HCB’s November 1992 issue featured its usual lengthy reviews of recent regulatory meetings, starting with the UN Sub-committee of Experts’ sixth session, where the headline takeaway was that solids of Packing Group I would henceforth be allowed to be carried in IBCs. A large part of the report on that meeting was taken up with issues that had emanated from Rio de Janeiro, including a comprehensive programme of action for the environmentally sound management of chemicals; this led to the creation of the Globally Harmonised System (GHS) and a new UN Sub-committee, parallel to the transport body, to develop and look after it, although its first edition was not adopted until December 2002.

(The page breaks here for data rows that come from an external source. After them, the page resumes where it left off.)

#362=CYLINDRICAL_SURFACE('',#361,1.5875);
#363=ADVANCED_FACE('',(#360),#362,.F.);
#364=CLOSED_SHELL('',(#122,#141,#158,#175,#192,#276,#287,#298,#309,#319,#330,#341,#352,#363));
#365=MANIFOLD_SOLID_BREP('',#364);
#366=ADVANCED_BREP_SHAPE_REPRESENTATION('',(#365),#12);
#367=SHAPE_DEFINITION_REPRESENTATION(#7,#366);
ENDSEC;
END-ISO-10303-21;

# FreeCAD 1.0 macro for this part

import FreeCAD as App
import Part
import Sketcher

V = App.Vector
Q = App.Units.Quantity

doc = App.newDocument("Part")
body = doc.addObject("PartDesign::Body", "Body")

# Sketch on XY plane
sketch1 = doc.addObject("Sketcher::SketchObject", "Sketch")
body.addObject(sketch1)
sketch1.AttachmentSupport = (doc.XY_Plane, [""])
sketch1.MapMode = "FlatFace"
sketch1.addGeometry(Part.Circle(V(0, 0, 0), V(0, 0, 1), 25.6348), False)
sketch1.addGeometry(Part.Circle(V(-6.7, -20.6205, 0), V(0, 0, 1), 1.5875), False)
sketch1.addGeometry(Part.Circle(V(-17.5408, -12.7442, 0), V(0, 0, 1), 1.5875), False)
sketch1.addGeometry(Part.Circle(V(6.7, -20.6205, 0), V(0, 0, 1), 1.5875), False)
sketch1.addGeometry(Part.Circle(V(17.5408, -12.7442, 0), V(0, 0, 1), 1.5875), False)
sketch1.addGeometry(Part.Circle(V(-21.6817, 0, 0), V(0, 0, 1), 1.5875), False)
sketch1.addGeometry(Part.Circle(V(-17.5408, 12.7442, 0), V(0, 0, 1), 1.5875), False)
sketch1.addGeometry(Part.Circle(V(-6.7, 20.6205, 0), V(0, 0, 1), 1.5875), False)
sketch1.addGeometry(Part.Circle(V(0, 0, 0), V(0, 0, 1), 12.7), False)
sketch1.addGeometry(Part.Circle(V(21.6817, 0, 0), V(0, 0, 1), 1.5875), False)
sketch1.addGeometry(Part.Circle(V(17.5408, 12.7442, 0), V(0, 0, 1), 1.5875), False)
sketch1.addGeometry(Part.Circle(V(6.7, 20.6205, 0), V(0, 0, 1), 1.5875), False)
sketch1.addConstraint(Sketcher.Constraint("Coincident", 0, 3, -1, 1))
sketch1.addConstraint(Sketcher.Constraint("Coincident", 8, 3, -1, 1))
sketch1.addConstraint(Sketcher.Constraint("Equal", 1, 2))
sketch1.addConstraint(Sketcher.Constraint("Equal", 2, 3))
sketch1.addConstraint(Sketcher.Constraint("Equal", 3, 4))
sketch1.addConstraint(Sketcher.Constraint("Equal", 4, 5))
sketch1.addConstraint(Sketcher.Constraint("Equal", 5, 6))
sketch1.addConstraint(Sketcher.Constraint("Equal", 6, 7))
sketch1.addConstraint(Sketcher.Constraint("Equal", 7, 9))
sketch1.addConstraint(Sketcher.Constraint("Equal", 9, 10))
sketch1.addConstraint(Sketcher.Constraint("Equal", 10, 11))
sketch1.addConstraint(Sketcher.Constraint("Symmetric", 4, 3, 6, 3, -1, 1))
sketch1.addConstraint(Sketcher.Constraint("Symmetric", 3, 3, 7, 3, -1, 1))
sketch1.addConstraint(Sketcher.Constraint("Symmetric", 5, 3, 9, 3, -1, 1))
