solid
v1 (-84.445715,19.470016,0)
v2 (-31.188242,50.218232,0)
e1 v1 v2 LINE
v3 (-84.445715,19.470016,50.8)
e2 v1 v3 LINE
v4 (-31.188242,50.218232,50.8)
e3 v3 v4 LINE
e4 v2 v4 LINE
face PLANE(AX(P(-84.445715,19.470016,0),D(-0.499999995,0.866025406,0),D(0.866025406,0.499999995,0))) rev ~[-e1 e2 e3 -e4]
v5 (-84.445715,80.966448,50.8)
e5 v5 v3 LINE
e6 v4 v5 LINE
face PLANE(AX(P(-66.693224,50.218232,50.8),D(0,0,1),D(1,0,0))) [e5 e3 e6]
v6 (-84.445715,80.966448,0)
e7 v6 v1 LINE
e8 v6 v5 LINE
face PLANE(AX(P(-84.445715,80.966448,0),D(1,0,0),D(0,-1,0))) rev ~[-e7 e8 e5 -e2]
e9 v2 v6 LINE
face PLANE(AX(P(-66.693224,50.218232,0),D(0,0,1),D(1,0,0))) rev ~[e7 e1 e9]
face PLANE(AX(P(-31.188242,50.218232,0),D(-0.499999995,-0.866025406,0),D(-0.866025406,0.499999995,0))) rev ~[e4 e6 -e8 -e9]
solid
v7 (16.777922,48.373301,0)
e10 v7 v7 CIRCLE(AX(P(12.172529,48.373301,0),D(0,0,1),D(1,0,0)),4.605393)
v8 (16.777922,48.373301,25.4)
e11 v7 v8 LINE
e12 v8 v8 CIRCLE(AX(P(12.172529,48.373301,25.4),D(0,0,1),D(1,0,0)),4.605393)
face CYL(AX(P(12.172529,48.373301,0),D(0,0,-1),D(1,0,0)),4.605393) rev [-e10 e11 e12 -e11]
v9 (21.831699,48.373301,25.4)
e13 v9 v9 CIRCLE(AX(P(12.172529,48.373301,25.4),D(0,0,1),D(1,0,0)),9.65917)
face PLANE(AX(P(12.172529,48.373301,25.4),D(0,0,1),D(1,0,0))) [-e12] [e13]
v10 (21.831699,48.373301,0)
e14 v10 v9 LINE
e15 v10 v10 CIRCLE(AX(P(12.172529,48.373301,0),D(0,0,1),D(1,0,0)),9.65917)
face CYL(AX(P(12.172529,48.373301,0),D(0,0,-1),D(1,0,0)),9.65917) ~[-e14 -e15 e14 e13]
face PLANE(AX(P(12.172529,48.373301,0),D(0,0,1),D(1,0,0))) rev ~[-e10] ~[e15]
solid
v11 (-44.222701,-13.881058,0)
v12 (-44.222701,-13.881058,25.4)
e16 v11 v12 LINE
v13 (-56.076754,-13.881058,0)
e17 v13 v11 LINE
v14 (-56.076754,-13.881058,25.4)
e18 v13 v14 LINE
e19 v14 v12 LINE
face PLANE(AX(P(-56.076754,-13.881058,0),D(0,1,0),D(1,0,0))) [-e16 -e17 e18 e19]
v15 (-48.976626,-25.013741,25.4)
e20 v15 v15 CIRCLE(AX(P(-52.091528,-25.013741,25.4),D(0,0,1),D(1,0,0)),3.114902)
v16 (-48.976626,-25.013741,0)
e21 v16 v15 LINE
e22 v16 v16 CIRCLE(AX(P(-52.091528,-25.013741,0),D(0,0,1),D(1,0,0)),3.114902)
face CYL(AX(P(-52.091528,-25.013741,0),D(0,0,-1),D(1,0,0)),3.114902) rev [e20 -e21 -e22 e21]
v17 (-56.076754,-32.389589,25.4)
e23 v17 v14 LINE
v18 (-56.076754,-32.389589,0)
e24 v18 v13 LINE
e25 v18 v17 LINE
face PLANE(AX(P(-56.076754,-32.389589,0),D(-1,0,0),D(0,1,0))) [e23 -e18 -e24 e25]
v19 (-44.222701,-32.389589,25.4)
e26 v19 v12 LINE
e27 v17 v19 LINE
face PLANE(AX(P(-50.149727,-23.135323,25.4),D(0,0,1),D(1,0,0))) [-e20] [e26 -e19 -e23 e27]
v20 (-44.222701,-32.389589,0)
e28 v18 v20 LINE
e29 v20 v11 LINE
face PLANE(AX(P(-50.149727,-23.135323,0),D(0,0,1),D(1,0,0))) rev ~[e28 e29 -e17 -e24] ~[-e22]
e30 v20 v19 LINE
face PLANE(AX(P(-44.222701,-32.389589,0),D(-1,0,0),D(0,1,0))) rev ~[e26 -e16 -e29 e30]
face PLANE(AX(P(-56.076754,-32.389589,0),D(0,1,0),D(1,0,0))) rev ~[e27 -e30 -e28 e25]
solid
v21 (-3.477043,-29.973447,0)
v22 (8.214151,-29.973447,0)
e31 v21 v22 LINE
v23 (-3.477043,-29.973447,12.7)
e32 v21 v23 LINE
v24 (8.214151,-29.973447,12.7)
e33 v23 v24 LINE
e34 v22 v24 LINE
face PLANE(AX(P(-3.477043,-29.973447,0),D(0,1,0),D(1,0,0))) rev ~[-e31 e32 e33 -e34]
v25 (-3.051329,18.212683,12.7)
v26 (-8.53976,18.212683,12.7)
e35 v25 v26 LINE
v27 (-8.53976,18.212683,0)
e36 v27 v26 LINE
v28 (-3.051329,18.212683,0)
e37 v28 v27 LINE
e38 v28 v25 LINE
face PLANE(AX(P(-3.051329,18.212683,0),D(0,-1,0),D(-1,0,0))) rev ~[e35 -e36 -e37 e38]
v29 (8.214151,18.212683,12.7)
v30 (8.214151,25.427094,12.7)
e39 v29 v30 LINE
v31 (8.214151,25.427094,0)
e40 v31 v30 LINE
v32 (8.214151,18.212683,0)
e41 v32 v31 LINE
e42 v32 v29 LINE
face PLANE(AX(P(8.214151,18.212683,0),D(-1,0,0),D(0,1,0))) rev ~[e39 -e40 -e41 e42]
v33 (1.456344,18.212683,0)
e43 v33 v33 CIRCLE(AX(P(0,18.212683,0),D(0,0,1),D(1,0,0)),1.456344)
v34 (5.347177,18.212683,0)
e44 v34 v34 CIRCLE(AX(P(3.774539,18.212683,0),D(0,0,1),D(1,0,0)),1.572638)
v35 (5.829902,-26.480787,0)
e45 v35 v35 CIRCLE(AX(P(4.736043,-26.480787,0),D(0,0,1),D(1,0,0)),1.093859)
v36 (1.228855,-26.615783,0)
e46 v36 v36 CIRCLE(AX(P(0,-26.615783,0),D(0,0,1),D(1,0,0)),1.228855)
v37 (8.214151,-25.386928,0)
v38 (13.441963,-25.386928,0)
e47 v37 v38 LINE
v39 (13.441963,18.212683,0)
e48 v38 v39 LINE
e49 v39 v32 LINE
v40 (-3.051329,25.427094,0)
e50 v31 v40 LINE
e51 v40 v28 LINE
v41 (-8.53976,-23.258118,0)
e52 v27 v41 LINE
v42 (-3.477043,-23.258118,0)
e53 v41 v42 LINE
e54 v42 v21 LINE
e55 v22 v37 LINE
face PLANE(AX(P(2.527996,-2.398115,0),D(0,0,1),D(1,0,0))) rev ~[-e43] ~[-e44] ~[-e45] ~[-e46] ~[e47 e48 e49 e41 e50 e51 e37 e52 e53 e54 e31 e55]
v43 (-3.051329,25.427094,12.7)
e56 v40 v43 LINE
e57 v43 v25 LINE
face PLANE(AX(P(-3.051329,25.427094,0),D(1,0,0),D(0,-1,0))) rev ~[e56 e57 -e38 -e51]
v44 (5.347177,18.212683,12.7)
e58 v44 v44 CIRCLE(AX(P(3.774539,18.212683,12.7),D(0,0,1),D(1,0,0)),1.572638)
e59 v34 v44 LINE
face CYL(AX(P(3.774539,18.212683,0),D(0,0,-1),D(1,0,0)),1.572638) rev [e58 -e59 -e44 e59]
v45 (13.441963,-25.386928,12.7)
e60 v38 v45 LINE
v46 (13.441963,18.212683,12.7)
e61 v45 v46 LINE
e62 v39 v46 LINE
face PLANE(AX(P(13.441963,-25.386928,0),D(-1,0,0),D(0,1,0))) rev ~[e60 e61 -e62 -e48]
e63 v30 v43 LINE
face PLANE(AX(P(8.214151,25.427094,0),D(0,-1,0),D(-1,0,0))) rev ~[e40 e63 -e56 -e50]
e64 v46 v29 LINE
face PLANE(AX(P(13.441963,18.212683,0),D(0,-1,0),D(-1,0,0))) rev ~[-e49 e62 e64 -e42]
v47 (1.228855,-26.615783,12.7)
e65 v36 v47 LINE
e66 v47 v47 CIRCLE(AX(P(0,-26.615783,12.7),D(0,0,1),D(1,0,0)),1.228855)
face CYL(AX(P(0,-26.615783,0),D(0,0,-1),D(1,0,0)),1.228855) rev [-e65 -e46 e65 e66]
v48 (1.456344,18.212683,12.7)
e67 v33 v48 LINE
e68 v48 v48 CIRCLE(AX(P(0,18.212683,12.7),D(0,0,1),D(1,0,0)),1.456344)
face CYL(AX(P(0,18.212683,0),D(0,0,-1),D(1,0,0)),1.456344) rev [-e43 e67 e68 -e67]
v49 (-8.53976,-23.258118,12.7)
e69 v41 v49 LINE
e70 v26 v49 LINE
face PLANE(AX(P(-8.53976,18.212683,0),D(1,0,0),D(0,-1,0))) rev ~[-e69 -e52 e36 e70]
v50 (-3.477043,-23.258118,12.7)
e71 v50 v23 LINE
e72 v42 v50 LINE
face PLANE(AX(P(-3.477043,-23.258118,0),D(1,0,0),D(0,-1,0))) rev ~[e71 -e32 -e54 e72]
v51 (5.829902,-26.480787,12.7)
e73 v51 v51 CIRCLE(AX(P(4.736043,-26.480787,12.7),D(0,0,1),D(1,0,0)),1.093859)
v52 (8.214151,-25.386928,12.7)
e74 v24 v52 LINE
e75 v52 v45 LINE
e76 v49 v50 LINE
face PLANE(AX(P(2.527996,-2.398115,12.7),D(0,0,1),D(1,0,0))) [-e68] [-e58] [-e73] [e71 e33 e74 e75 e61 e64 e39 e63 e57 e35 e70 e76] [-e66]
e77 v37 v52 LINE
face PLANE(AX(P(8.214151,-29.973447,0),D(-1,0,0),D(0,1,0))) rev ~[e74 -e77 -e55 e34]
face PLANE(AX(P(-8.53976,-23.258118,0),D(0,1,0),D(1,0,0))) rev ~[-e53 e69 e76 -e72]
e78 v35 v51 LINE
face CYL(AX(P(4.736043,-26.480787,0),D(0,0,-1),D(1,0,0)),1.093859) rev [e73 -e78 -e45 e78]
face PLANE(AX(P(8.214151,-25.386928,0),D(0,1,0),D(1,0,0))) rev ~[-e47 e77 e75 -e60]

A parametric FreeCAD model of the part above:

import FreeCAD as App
import Part
import Sketcher
from FreeCAD import Vector
Q = App.Units.Quantity


def add_polygon(sketch, points):
    """Adds a closed chain of lines whose ends are joined by coincident constraints."""
    first, n = sketch.GeometryCount, len(points)
    for a, b in zip(points, points[1:] + points[:1]):
        sketch.addGeometry(Part.LineSegment(App.Vector(*a, 0), App.Vector(*b, 0)), False)
    for i in range(n):
        sketch.addConstraint(Sketcher.Constraint("Coincident", first + i, 2, first + (i + 1) % n, 1))

doc = App.newDocument("Part")
body = doc.addObject("PartDesign::Body", "Body")

# Sketch on XY plane
sketch1 = body.newObject("Sketcher::SketchObject", "Sketch")
sketch1.AttachmentSupport = (doc.getObject("XY_Plane"), [""])
sketch1.MapMode = "FlatFace"
add_polygon(sketch1, [(8.2, 25.4), (-3.1, 25.4), (-3.1, 18.2), (-8.5, 18.2), (-8.5, -23.3), (-3.5, -23.3), (-3.5, -30), (8.2, -30), (8.2, -25.4), (13.4, -25.4), (13.4, 18.2), (8.2, 18.2)])  # lines 0-11
sketch1.addGeometry(Part.Circle(Vector(0, -26.6, 0), Vector(0, 0, 1), 1.2), False)  # 12
sketch1.addGeometry(Part.Circle(Vector(4.7, -26.5, 0), Vector(0, 0, 1), 1.1), False)  # 13
sketch1.addGeometry(Part.Circle(Vector(0, 18.2, 0), Vector(0, 0, 1), 1.5), False)  # 14
sketch1.addGeometry(Part.Circle(Vector(3.8, 18.2, 0), Vector(0, 0, 1), 1.6), False)  # 15
sketch1.addConstraint([
    Sketcher.Constraint("Horizontal", 0),
    Sketcher.Constraint("Vertical", 1),
    Sketcher.Constraint("Horizontal", 2),
    Sketcher.Constraint("Vertical", 3),
    Sketcher.Constraint("Horizontal", 4),
    Sketcher.Constraint("Vertical", 5),
    Sketcher.Constraint("Horizontal", 6),
    Sketcher.Constraint("Vertical", 7),
    Sketcher.Constraint("Horizontal", 8),
    Sketcher.Constraint("Vertical", 9),
    Sketcher.Constraint("Horizontal", 10),
    Sketcher.Constraint("Vertical", 11),
    Sketcher.Constraint("PointOnObject", 12, 3, -2),
    Sketcher.Constraint("PointOnObject", 14, 3, -2),
    Sketcher.Constraint("Horizontal", 14, 3, 15, 3),
    Sketcher.Constraint("Horizontal", 15, 3, 1, 2),
    Sketcher.Constraint("Horizontal", 2, 2, 9, 2),
    Sketcher.Constraint("Vertical", 7, 2, 10, 2),
    Sketcher.Constraint("Diameter", 12, 2.45771),
    Sketcher.Constraint("Diameter", 14, 2.912688),
    Sketcher.Constraint("Diameter", 13, 2.187718),
    Sketcher.Constraint("Diameter", 15, 3.145276),
    Sketcher.Constraint("DistanceY", 3, 2, 3, 1, 41.470801),
    Sketcher.Constraint("DistanceX", 0, 2, 0, 1, 11.26548),
    Sketcher.Constraint("DistanceX", 2, 2, 2, 1, 5.488431),
    Sketcher.Constraint("DistanceY", 1, 2, 1, 1, 7.214411),
    Sketcher.Constraint("DistanceY", 5, 2, 5, 1, 6.715329),
    Sketcher.Constraint("DistanceY", 7, 1, 7, 2, 4.586519),
    Sketcher.Constraint("DistanceX", 2, 2, 15, 3, 12.314299),
    Sketcher.Constraint("DistanceX", 4, 1, 4, 2, 5.062717),
    Sketcher.Constraint("DistanceX", 8, 1, 8, 2, 5.227812),
    Sketcher.Constraint("DistanceX", -1, 1, 15, 3, 3.774539),
    Sketcher.Constraint("DistanceY", 7, 2, -1, 1, 25.386928),
    Sketcher.Constraint("DistanceY", 13, 3, 14, 3, 44.69347),
    Sketcher.Constraint("DistanceX", 0, 2, 13, 3, 7.787372),
    Sketcher.Constraint("DistanceY", 12, 3, -1, 1, 26.615783),
])
pad1 = body.newObject("PartDesign::Pad", "Pad")
pad1.Profile = sketch1
pad1.Length = Q("0.5 in")
body2 = doc.addObject("PartDesign::Body", "Body001")

# Sketch on XY plane
sketch2 = body2.newObject("Sketcher::SketchObject", "Sketch001")
sketch2.AttachmentSupport = (doc.getObject("XY_Plane001"), [""])
sketch2.MapMode = "FlatFace"
add_polygon(sketch2, [(-56.1, -13.9), (-56.1, -32.4), (-44.2, -32.4), (-44.2, -13.9)])  # lines 0-3
sketch2.addGeometry(Part.Circle(Vector(-52.1, -25, 0), Vector(0, 0, 1), 3.1), False)  # 4
sketch2.addConstraint([
    Sketcher.Constraint("Vertical", 0),
    Sketcher.Constraint("Horizontal", 1),
    Sketcher.Constraint("Vertical", 2),
    Sketcher.Constraint("Horizontal", 3),
    Sketcher.Constraint("Diameter", 4, 6.229804),
    Sketcher.Constraint("DistanceY", 0, 2, 0, 1, 18.508531),
    Sketcher.Constraint("DistanceX", 1, 2, -1, 1, 44.222701),
    Sketcher.Constraint("DistanceX", 1, 1, 1, 2, 11.854053),
    Sketcher.Constraint("DistanceY", 4, 3, -1, 1, 25.013741),
    Sketcher.Constraint("DistanceY", 0, 2, -1, 1, 32.389589),
    Sketcher.Constraint("DistanceX", 4, 3, -1, 1, 52.091528),
])
pad2 = body2.newObject("PartDesign::Pad", "Pad001")
pad2.Profile = sketch2
pad2.Length = Q("1 in")
body3 = doc.addObject("PartDesign::Body", "Body002")

# Sketch on XY plane
sketch3 = body3.newObject("Sketcher::SketchObject", "Sketch002")
sketch3.AttachmentSupport = (doc.getObject("XY_Plane002"), [""])
sketch3.MapMode = "FlatFace"
sketch3.addGeometry([
    Part.Circle(Vector(12.2, 48.4, 0), Vector(0, 0, 1), 9.7),
    Part.Circle(Vector(12.2, 48.4, 0), Vector(0, 0, 1), 4.6),
], False)
sketch3.addConstraint([
    Sketcher.Constraint("Coincident", 1, 3, 0, 3),
    Sketcher.Constraint("Diameter", 0, 19.31834),
    Sketcher.Constraint("Diameter", 1, 9.210786),
    Sketcher.Constraint("DistanceY", -1, 1, 0, 3, 48.373301),
    Sketcher.Constraint("DistanceX", -1, 1, 0, 3, 12.172529),
])
pad3 = body3.newObject("PartDesign::Pad", "Pad002")
pad3.Profile = sketch3
pad3.Length = Q("1 in")
body4 = doc.addObject("PartDesign::Body", "Body003")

Returning to the topic of IBCs, an article by Vince Vitollo suggested that the US DOT’s HM-181 rulemaking, which had recently been published as a notice of proposed rulemaking, would on the one hand simplify matters for shippers by opening up the possibility of using different packagings, including all types of IBC. On the other hand, however, this would cause disharmony with some international provisions, particularly those in the IMDG Code. Moreover, the proposed requalification testing could lead to costly packagings being tested to destruction every year. There were, Vince said, more questions than answers so far, and he expected DOT would have a tough time to get an agreeable final rule together for publication in 1993.

An interesting illustration of how much times have changed in the past thirty years can be found in HCB’s annual review of the UK road tanker sector. As ever, this was accompanied by a listing of companies active in the sector, which ran to a page and included around 45 haulage firms. Today there are only a handful involved in the sector, and they have had to become a lot more professional in their operations if they are to find and keep business.

Some of their work was taken over by the growing tank container sector, which offered competition for cargo and some efficiency gains. However, running a tank container fleet was not all plain sailing. In November 1992 we reported that Taylor Minster Leasing was offering £500 for information that would help it find one of its tanks, last seen in Belfast but subsequently having vanished. Sadly, we do not know if it was ever recovered.